Doctorado en Derecho Canónico, en 1960 fue llamado para
trabajar al servicio de la Santa Sede. Intervino en el Concilio Vaticano II
como experto para la reforma legislativa de la Iglesia. Ha colaborado con todos
los papas desde san Juan XXIII hasta Francisco. Desde 1994 fue Presidente del
Consejo Pontificio para los Textos Legislativos y de la Comisión disciplinar de
la Curia romana.
El cardenal Herranz ha tenido el privilegio poco
común de conocer y tratar a seis grandes papas, tres de ellos canonizados y
otro, Juan Pablo I, declarado Venerable por Francisco. De ellos, trató con
especial intensidad a san Juan Pablo II, a quien conoció ya desde los trabajos
conciliares del Vaticano II y fue quien le hizo cardenal. Conoce de cerca las enormes
dificultades que pesan sobre los hombros del Obispo de Roma, y cómo han vivido
todos ellos entregados a su ministerio, guiados por el deseo de servir
fielmente a la Iglesia.
Ese mismo deseo lo vio hecho vida en san Josemaría,
de quien aprendió a manifestar “con obras y de verdad” el amor a la Iglesia.

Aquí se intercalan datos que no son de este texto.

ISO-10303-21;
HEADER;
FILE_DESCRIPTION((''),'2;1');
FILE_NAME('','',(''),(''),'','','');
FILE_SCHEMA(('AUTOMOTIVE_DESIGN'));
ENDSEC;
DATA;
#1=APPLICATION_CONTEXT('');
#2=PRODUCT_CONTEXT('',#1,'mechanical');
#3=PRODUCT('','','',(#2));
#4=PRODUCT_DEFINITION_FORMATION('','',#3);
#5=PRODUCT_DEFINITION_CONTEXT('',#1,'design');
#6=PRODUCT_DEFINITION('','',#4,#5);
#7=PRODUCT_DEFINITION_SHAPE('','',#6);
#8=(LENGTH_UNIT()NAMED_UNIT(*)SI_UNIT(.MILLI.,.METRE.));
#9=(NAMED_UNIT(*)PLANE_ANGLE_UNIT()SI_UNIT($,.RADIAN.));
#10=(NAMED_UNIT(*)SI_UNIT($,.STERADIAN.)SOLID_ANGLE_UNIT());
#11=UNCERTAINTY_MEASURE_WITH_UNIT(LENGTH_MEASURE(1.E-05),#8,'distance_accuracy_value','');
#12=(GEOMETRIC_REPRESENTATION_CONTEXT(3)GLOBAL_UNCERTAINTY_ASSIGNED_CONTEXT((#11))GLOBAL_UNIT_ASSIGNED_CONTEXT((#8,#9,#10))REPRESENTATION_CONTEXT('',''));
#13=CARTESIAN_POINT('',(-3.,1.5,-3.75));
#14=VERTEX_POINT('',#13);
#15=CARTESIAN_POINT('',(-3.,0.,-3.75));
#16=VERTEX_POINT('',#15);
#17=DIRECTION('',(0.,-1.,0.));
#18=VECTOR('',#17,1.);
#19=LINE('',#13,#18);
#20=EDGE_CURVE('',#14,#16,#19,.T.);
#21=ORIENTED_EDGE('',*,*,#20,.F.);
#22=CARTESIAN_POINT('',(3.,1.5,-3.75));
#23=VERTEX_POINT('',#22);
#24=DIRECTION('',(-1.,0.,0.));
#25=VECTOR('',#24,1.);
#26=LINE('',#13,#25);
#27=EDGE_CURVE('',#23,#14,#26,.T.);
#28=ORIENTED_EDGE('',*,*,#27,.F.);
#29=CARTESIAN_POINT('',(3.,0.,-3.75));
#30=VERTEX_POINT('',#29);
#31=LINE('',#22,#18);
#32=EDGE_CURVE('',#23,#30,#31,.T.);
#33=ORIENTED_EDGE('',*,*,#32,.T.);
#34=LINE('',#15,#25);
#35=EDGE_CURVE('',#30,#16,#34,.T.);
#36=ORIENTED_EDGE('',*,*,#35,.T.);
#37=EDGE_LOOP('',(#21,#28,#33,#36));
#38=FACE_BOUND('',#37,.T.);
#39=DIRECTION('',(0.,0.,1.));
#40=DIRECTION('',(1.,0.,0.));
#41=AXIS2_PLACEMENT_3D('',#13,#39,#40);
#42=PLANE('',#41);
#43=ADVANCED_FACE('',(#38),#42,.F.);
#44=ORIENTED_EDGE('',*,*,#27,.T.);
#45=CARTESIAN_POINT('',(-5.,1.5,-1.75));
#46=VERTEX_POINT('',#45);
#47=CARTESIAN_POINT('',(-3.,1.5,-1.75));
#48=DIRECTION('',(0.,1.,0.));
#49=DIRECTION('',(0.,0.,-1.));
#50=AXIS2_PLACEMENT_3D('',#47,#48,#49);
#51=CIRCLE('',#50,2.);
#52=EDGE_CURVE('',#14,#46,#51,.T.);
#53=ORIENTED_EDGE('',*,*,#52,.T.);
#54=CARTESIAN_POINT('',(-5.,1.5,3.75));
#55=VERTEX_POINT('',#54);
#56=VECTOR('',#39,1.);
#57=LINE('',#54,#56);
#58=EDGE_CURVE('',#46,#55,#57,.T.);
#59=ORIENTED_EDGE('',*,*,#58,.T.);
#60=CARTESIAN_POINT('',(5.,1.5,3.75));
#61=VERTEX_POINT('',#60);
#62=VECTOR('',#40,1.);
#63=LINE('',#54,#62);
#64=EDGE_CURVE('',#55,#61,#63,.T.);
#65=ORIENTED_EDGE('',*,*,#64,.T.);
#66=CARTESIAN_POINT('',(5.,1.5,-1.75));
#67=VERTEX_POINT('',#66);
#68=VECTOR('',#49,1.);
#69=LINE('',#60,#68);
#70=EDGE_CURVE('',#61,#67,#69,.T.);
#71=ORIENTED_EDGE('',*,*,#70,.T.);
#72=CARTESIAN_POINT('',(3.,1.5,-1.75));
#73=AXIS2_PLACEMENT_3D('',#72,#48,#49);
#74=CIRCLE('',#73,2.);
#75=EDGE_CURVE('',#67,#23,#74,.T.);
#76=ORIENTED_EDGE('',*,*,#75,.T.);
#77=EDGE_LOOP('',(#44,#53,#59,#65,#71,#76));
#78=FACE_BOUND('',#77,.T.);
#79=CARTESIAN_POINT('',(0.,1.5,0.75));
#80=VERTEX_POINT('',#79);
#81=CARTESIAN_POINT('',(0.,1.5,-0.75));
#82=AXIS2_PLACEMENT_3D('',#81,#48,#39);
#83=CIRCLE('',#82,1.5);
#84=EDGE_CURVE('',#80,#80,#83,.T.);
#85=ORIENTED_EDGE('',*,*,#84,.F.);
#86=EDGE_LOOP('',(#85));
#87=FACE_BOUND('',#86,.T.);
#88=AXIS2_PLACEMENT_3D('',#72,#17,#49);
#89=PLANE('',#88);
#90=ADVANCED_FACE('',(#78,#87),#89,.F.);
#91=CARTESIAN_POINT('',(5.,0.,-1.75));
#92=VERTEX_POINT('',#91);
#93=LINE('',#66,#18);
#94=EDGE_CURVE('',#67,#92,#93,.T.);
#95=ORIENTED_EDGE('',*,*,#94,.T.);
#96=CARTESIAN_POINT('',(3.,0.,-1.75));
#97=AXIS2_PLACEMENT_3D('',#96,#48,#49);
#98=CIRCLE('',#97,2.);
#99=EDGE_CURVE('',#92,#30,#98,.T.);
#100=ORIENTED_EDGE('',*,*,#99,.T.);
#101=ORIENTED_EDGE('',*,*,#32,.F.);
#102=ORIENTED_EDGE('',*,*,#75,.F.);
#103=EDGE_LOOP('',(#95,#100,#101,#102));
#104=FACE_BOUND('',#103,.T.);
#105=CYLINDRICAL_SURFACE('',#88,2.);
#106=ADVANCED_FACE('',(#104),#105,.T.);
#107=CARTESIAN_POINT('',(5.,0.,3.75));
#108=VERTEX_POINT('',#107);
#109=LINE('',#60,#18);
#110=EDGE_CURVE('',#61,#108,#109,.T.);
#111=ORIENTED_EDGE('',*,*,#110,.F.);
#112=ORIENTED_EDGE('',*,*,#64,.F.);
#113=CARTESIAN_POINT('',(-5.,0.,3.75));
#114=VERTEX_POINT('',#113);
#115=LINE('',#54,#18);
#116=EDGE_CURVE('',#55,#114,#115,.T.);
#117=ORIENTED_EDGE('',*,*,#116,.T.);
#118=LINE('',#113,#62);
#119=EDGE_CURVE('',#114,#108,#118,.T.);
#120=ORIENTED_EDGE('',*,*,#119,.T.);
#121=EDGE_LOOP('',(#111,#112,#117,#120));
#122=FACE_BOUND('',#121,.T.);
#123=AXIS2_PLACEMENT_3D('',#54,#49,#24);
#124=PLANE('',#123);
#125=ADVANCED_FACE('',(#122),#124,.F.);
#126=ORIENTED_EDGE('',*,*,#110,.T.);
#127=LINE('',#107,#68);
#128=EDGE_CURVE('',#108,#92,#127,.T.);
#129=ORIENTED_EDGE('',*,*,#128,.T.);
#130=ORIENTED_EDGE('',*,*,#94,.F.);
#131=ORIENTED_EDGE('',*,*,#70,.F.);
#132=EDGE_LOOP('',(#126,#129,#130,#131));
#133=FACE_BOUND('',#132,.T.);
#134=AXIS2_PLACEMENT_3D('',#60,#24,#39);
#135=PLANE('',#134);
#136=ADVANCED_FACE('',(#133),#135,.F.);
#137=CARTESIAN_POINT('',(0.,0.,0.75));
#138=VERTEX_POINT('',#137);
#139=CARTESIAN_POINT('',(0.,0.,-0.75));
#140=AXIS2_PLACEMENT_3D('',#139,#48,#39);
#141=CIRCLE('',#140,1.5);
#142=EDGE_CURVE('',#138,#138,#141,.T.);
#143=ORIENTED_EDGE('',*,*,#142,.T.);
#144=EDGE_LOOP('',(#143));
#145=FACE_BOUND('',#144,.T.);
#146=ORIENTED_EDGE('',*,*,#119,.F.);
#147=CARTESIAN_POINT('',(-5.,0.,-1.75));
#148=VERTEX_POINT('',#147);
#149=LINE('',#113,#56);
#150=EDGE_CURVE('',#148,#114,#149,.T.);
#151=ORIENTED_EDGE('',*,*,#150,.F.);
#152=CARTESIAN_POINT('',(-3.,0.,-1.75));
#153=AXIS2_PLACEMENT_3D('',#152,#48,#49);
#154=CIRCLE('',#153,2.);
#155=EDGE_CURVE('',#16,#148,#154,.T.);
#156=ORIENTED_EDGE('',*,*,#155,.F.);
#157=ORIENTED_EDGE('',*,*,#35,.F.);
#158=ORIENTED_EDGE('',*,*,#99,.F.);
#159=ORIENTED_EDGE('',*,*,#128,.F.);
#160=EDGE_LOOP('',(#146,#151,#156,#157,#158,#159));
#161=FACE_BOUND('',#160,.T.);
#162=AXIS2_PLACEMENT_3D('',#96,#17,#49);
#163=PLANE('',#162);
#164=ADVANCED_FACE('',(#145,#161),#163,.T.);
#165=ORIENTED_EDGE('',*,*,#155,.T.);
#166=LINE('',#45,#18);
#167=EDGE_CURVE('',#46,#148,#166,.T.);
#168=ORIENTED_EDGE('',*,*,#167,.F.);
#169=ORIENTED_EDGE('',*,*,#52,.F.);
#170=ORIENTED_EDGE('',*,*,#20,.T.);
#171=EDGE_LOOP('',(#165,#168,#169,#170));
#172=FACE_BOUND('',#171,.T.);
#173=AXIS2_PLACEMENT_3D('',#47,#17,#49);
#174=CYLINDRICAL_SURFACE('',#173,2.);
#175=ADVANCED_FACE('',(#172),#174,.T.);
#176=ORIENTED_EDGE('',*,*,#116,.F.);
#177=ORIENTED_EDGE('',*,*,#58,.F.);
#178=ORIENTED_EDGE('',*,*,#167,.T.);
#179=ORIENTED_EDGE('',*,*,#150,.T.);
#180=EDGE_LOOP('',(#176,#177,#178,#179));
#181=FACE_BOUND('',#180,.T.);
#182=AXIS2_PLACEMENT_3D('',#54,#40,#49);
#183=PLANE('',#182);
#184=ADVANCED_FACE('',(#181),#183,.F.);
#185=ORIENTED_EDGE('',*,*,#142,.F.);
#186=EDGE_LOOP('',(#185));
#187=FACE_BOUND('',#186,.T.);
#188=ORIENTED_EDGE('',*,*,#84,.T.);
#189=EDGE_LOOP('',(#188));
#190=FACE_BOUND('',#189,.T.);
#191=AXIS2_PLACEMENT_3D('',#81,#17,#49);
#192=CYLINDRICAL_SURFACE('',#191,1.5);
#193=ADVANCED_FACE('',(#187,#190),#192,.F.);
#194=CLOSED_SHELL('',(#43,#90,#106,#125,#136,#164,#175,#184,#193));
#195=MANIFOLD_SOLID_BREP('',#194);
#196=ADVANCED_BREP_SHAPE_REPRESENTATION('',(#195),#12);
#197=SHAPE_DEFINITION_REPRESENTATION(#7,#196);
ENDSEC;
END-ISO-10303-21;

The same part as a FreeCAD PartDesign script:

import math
import FreeCAD as App
import Part
import Sketcher
Q = App.Units.Quantity

doc = App.newDocument("Part")
body = doc.addObject("PartDesign::Body", "Body")

# Sketch on XZ plane
sketch1 = body.newObject("Sketcher::SketchObject", "Sketch")
sketch1.AttachmentSupport = (doc.getObject("XZ_Plane"), [""])
sketch1.MapMode = "FlatFace"
sketch1.addGeometry([
    Part.LineSegment(App.Vector(-5, -1.8, 0), App.Vector(-5, 3.8, 0)),  # 0
    Part.LineSegment(App.Vector(-5, 3.8, 0), App.Vector(5, 3.8, 0)),  # 1
    Part.LineSegment(App.Vector(5, 3.8, 0), App.Vector(5, -1.8, 0)),  # 2
    Part.ArcOfCircle(Part.Circle(App.Vector(3, -1.7, 0), App.Vector(0, 0, 1), 2), math.radians(-90), math.radians(0)),  # 3
    Part.LineSegment(App.Vector(3, -3.8, 0), App.Vector(-3, -3.8, 0)),  # 4
    Part.ArcOfCircle(Part.Circle(App.Vector(-3, -1.7, 0), App.Vector(0, 0, 1), 2), math.radians(-180), math.radians(-90)),  # 5
    Part.Circle(App.Vector(0, -0.8, 0), App.Vector(0, 0, 1), 1.5),  # 6
], False)
sketch1.addConstraint([
    Sketcher.Constraint("Coincident", 0, 2, 1, 1),
    Sketcher.Constraint("Coincident", 1, 2, 2, 1),
    Sketcher.Constraint("Tangent", 2, 2, 3, 2),
    Sketcher.Constraint("Tangent", 3, 1, 4, 1),
    Sketcher.Constraint("Tangent", 4, 2, 5, 2),
    Sketcher.Constraint("Tangent", 5, 1, 0, 1),
    Sketcher.Constraint("Vertical", 0),
    Sketcher.Constraint("Horizontal", 1),
    Sketcher.Constraint("Vertical", 2),
    Sketcher.Constraint("Horizontal", 4),
    Sketcher.Constraint("Equal", 3, 5),
    Sketcher.Constraint("PointOnObject", 6, 3, -2),
    Sketcher.Constraint("Diameter", 6, Q("3 mm")),
    Sketcher.Constraint("Radius", 3, Q("2 mm")),
    Sketcher.Constraint("DistanceX", 1, 1, 1, 2, Q("10 mm")),
    Sketcher.Constraint("DistanceY", 0, 1, 0, 2, Q("5.5 mm")),
    Sketcher.Constraint("DistanceX", -1, 1, 3, 3, Q("3 mm")),
    Sketcher.Constraint("DistanceY", 3, 3, 6, 3, Q("1 mm")),
    Sketcher.Constraint("DistanceY", 3, 3, -1, 1, Q("1.75 mm")),
])
pad1 = body.newObject("PartDesign::Pad", "Pad")
pad1.Profile = sketch1
pad1.Length = 1.5
pad1.Reversed = True

doc.recompute()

Por eso, como señala en el prólogo, más que un libro autobiográfico, esta obra
es “un testimonio de gratitud hacia dos hombres santos –san Josemaría y san
Juan Pablo II- cuya cercanía espiritual me ha proporcionado luz y fuerza para
contemplar serenamente las vicisitudes narradas.”
En sus recuerdos nos ofrece un emocionado y lúcido repaso
a las experiencias vividas en esos intensos años de historia de la Iglesia, y a
sus encuentros con sus principales protagonistas, junto a los que sin duda el
mismo Herranz ha tenido también un papel significativo. Testigo tanto de la
intensa vida de la Iglesia como del desarrollo apostólico del Opus Dei, sus
puntuales recuerdos dan luz sobre sucesos de la vida eclesiástica en torno a los
que existían versiones controvertidas.
En el libro destacan a mi juicio tres aspectos. El
primero, el sentido sobrenatural con que enfoca situaciones que se prestarían a
interpretaciones demasiado humanas. Herranz tiene la conciencia clara de que es
el Espíritu Santo quien rige los destinos de la Iglesia. Ese sentido
sobrenatural le lleva a salvar las intenciones de las personas y pasar por
encima de diferencias de criterio de unos y otros: toda mirada humana es limitada,
y una misma realidad a unos les puede parecer cóncava y a otros convexa, según
la posición desde la que observen. El sentido sobrenatural lleva a Herranz a
aplicar la máxima de san Agustín: “En lo esencial unidad, en lo dudoso
libertad, en todo caridad.”
El segundo aspecto destacable pienso que es su
discreción, la ausencia de protagonismo, propia de quien intenta hacer suyo el
lema de “servir al Señor en su Iglesia sin hacer ruido.” Herranz deja caer la
frase del poeta francés Paul Verlaine: “Dadme el silencio y el amor al misterio.”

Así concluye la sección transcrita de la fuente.